### MATERIAL FOR THIS EXERCISE
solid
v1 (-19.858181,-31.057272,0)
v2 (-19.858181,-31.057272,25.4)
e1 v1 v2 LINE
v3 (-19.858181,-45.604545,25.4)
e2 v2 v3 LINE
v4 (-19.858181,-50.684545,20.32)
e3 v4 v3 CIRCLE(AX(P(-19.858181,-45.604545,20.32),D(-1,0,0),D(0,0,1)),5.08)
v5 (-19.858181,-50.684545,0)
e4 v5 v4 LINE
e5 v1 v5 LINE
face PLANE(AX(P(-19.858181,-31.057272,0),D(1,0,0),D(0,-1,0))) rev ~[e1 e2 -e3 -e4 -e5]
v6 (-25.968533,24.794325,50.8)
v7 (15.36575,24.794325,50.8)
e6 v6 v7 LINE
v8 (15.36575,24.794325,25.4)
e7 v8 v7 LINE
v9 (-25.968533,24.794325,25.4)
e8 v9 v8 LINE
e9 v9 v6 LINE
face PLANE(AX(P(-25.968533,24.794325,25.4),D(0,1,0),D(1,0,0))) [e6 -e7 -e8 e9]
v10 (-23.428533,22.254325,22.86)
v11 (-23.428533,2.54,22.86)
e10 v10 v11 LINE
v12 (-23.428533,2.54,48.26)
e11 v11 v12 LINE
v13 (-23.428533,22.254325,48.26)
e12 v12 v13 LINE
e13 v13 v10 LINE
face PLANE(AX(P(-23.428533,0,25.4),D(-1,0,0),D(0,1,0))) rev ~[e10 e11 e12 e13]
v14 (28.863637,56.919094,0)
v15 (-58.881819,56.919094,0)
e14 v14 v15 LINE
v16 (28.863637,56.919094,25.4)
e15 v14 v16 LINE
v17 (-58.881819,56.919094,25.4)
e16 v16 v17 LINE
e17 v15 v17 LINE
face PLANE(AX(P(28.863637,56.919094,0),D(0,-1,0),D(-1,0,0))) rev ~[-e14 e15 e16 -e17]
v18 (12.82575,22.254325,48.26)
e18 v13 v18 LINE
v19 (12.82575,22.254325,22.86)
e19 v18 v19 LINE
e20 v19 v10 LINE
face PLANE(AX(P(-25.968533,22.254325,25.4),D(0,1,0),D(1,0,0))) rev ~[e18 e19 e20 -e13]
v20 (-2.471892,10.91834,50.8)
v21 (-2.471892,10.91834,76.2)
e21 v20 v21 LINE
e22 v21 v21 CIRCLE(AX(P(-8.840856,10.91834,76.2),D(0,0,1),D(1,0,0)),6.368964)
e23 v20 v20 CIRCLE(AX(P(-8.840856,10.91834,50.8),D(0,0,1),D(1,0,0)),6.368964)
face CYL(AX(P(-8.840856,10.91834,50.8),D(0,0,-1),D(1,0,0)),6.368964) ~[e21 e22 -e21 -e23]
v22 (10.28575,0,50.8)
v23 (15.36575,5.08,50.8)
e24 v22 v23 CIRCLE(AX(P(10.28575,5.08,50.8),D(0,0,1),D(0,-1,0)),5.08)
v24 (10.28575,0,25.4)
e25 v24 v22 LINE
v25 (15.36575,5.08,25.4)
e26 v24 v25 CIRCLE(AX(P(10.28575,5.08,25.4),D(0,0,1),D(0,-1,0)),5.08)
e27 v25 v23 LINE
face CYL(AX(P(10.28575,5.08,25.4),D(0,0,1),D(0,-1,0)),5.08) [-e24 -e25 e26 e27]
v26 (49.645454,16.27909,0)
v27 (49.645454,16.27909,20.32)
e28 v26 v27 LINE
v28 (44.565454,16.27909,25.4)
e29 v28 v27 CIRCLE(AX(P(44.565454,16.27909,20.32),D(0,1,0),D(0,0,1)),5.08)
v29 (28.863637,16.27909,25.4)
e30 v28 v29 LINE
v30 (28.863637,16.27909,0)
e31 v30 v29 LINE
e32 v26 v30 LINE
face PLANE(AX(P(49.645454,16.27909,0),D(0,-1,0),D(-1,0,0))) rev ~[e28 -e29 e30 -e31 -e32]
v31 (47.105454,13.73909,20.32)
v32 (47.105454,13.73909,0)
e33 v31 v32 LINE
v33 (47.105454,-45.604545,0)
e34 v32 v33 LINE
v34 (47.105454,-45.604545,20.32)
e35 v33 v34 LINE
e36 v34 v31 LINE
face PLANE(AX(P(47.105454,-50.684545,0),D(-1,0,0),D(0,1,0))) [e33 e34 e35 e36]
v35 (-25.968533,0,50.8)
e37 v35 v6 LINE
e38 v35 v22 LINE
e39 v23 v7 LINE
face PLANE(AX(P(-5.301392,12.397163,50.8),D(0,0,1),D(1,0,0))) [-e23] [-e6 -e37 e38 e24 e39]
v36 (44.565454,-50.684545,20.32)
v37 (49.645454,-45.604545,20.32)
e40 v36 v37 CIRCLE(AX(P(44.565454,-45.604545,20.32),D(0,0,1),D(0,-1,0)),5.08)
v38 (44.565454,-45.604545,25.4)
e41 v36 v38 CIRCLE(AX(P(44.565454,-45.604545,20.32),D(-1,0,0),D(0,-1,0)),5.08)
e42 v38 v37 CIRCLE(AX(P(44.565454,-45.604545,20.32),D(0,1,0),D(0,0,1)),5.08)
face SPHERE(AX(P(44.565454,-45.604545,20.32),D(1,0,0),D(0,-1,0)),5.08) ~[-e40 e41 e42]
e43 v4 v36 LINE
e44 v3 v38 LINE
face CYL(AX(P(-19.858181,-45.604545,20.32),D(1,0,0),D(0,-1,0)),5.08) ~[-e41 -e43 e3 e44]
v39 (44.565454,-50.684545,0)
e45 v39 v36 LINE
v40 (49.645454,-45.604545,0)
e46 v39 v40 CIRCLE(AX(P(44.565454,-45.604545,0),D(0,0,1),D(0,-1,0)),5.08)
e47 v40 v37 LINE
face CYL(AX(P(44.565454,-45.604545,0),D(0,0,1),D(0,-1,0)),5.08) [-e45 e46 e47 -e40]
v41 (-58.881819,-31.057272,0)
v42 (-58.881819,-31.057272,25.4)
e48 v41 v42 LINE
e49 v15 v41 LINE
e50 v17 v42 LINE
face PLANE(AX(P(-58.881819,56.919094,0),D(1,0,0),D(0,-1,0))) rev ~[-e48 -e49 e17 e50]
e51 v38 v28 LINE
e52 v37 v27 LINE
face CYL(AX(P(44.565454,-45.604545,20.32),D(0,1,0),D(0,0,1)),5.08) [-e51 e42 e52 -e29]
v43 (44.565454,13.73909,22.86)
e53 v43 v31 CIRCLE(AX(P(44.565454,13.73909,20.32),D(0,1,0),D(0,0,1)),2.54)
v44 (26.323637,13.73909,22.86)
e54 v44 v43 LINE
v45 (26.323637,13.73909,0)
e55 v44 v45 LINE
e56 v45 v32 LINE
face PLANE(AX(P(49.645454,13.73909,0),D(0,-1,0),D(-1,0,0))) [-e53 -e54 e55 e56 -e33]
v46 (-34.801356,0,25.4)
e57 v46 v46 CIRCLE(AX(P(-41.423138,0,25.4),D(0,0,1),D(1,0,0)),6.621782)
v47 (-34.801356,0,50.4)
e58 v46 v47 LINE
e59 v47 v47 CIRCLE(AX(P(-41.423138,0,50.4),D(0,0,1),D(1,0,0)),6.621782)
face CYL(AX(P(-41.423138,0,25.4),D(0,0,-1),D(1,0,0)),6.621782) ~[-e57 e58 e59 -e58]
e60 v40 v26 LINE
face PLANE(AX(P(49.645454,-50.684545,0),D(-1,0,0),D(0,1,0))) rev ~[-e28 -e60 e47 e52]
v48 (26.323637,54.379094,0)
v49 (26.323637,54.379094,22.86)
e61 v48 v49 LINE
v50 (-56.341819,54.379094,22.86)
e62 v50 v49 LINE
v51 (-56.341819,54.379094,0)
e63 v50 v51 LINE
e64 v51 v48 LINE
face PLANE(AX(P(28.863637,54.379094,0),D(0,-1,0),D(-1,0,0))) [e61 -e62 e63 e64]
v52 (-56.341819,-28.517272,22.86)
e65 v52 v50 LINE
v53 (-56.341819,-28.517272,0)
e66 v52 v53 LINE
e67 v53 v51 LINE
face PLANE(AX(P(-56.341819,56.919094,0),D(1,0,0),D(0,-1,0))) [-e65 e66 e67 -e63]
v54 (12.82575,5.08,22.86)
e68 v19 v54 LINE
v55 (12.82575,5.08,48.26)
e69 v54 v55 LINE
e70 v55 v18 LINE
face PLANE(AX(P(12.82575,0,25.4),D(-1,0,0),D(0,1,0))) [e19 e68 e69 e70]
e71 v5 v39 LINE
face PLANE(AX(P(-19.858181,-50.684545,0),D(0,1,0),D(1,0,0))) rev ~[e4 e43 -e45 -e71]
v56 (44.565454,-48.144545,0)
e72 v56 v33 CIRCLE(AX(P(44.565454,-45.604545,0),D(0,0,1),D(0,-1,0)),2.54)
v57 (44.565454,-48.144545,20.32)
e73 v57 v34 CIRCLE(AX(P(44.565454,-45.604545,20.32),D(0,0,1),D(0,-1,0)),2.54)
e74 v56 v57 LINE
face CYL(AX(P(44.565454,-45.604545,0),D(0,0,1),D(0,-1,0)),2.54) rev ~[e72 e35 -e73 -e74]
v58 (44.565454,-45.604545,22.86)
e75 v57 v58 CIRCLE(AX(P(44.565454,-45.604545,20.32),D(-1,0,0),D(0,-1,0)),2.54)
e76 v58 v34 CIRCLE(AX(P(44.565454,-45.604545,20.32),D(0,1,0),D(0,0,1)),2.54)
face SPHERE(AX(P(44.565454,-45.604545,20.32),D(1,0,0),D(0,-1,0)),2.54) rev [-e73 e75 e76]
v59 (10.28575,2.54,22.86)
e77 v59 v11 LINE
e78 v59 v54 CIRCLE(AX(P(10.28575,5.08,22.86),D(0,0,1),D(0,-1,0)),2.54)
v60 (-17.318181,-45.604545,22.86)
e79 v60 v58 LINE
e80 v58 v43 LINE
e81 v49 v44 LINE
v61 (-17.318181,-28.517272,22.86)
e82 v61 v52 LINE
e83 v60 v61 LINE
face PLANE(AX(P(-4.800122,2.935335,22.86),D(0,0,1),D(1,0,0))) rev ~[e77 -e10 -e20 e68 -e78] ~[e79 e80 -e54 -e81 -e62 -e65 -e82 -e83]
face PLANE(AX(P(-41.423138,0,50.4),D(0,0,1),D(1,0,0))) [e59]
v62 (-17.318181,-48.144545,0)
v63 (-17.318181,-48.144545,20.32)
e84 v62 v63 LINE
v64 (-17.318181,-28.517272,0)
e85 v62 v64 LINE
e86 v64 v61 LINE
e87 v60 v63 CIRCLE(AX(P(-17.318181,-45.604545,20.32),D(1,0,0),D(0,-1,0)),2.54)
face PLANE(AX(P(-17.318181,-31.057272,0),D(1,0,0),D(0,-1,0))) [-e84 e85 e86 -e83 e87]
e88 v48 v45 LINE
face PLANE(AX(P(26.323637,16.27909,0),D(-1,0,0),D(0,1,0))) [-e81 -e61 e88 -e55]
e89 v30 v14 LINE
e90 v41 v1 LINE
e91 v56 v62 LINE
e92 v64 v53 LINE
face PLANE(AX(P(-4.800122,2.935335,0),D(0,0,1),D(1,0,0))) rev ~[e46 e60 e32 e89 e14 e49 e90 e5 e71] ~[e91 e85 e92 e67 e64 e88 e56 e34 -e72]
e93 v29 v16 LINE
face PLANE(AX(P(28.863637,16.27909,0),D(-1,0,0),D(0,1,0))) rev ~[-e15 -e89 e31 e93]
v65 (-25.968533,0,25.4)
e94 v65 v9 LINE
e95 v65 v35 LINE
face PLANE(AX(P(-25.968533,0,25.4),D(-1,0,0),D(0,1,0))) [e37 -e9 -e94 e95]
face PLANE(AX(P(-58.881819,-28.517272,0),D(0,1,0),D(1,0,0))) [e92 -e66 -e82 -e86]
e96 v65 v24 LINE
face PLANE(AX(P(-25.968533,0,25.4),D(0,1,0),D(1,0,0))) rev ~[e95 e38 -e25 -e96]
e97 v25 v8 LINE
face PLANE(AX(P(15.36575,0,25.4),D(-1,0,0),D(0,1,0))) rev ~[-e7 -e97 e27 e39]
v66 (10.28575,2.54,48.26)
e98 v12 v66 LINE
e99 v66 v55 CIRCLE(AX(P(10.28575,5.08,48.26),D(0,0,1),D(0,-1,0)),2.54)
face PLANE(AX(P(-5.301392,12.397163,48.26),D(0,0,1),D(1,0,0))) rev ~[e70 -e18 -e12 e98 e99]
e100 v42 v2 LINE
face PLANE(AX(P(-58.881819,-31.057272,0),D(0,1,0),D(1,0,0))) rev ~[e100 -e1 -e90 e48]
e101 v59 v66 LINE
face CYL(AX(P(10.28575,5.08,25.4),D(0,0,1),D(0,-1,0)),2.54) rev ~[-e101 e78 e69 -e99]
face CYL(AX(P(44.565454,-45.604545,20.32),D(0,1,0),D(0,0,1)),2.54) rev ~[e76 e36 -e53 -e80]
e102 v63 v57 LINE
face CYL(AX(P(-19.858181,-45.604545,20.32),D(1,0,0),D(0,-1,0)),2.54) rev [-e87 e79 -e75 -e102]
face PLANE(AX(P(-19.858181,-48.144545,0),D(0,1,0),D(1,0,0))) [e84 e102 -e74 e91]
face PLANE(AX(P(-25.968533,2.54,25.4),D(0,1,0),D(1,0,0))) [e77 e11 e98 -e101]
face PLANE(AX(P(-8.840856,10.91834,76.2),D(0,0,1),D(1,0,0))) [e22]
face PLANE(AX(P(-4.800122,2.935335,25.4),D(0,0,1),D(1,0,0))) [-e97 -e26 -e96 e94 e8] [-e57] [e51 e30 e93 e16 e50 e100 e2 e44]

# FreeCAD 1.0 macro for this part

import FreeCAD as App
import Part
import Sketcher

V = App.Vector
Q = App.Units.Quantity


def edges_at(feature, points):
    """Names of the edges that pass closest to the given points."""
    edges = feature.Shape.Edges
    near = lambda p: min(range(len(edges)), key=lambda i: edges[i].distToShape(Part.Vertex(*p))[0])
    return sorted({f"Edge{near(p) + 1}" for p in points})


def faces_at(feature, points):
    """Names of the faces that lie closest to the given points."""
    faces = feature.Shape.Faces
    near = lambda p: min(range(len(faces)), key=lambda i: faces[i].distToShape(Part.Vertex(*p))[0])
    return sorted({f"Face{near(p) + 1}" for p in points})

doc = App.newDocument("Part")
body = doc.addObject("PartDesign::Body", "Body")

# Sketch on XY plane
sketch1 = body.newObject("Sketcher::SketchObject", "Sketch")
sketch1.AttachmentSupport = (doc.getObject("XY_Plane"), [""])
sketch1.MapMode = "FlatFace"
sketch1.addGeometry([
    Part.LineSegment(V(28.863637, 56.919094, 0), V(-58.881819, 56.919094, 0)),  # 0
    Part.LineSegment(V(-58.881819, 56.919094, 0), V(-58.881819, -31.057272, 0)),  # 1
    Part.LineSegment(V(-58.881819, -31.057272, 0), V(-19.858181, -31.057272, 0)),  # 2
    Part.LineSegment(V(-19.858181, -31.057272, 0), V(-19.858181, -50.684545, 0)),  # 3
    Part.LineSegment(V(-19.858181, -50.684545, 0), V(49.645454, -50.684545, 0)),  # 4
    Part.LineSegment(V(49.645454, -50.684545, 0), V(49.645454, 16.27909, 0)),  # 5
    Part.LineSegment(V(49.645454, 16.27909, 0), V(28.863637, 16.27909, 0)),  # 6
    Part.LineSegment(V(28.863637, 16.27909, 0), V(28.863637, 56.919094, 0)),  # 7
], False)
sketch1.addConstraint([
    Sketcher.Constraint("Coincident", 0, 2, 1, 1),
    Sketcher.Constraint("Coincident", 1, 2, 2, 1),
    Sketcher.Constraint("Coincident", 2, 2, 3, 1),
    Sketcher.Constraint("Coincident", 3, 2, 4, 1),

### WHAT IS NEEDED
Reproduce the lines of the entries above from the one with "v54 (12.82575,5.08,22.86)" to the one with "v58 (44.565454,-45.604545,22.86)", both included, exactly and without any other line.

### RESULT
v54 (12.82575,5.08,22.86)
e68 v19 v54 LINE
v55 (12.82575,5.08,48.26)
e69 v54 v55 LINE
e70 v55 v18 LINE
face PLANE(AX(P(12.82575,0,25.4),D(-1,0,0),D(0,1,0))) [e19 e68 e69 e70]
e71 v5 v39 LINE
face PLANE(AX(P(-19.858181,-50.684545,0),D(0,1,0),D(1,0,0))) rev ~[e4 e43 -e45 -e71]
v56 (44.565454,-48.144545,0)
e72 v56 v33 CIRCLE(AX(P(44.565454,-45.604545,0),D(0,0,1),D(0,-1,0)),2.54)
v57 (44.565454,-48.144545,20.32)
e73 v57 v34 CIRCLE(AX(P(44.565454,-45.604545,20.32),D(0,0,1),D(0,-1,0)),2.54)
e74 v56 v57 LINE
face CYL(AX(P(44.565454,-45.604545,0),D(0,0,1),D(0,-1,0)),2.54) rev ~[e72 e35 -e73 -e74]
v58 (44.565454,-45.604545,22.86)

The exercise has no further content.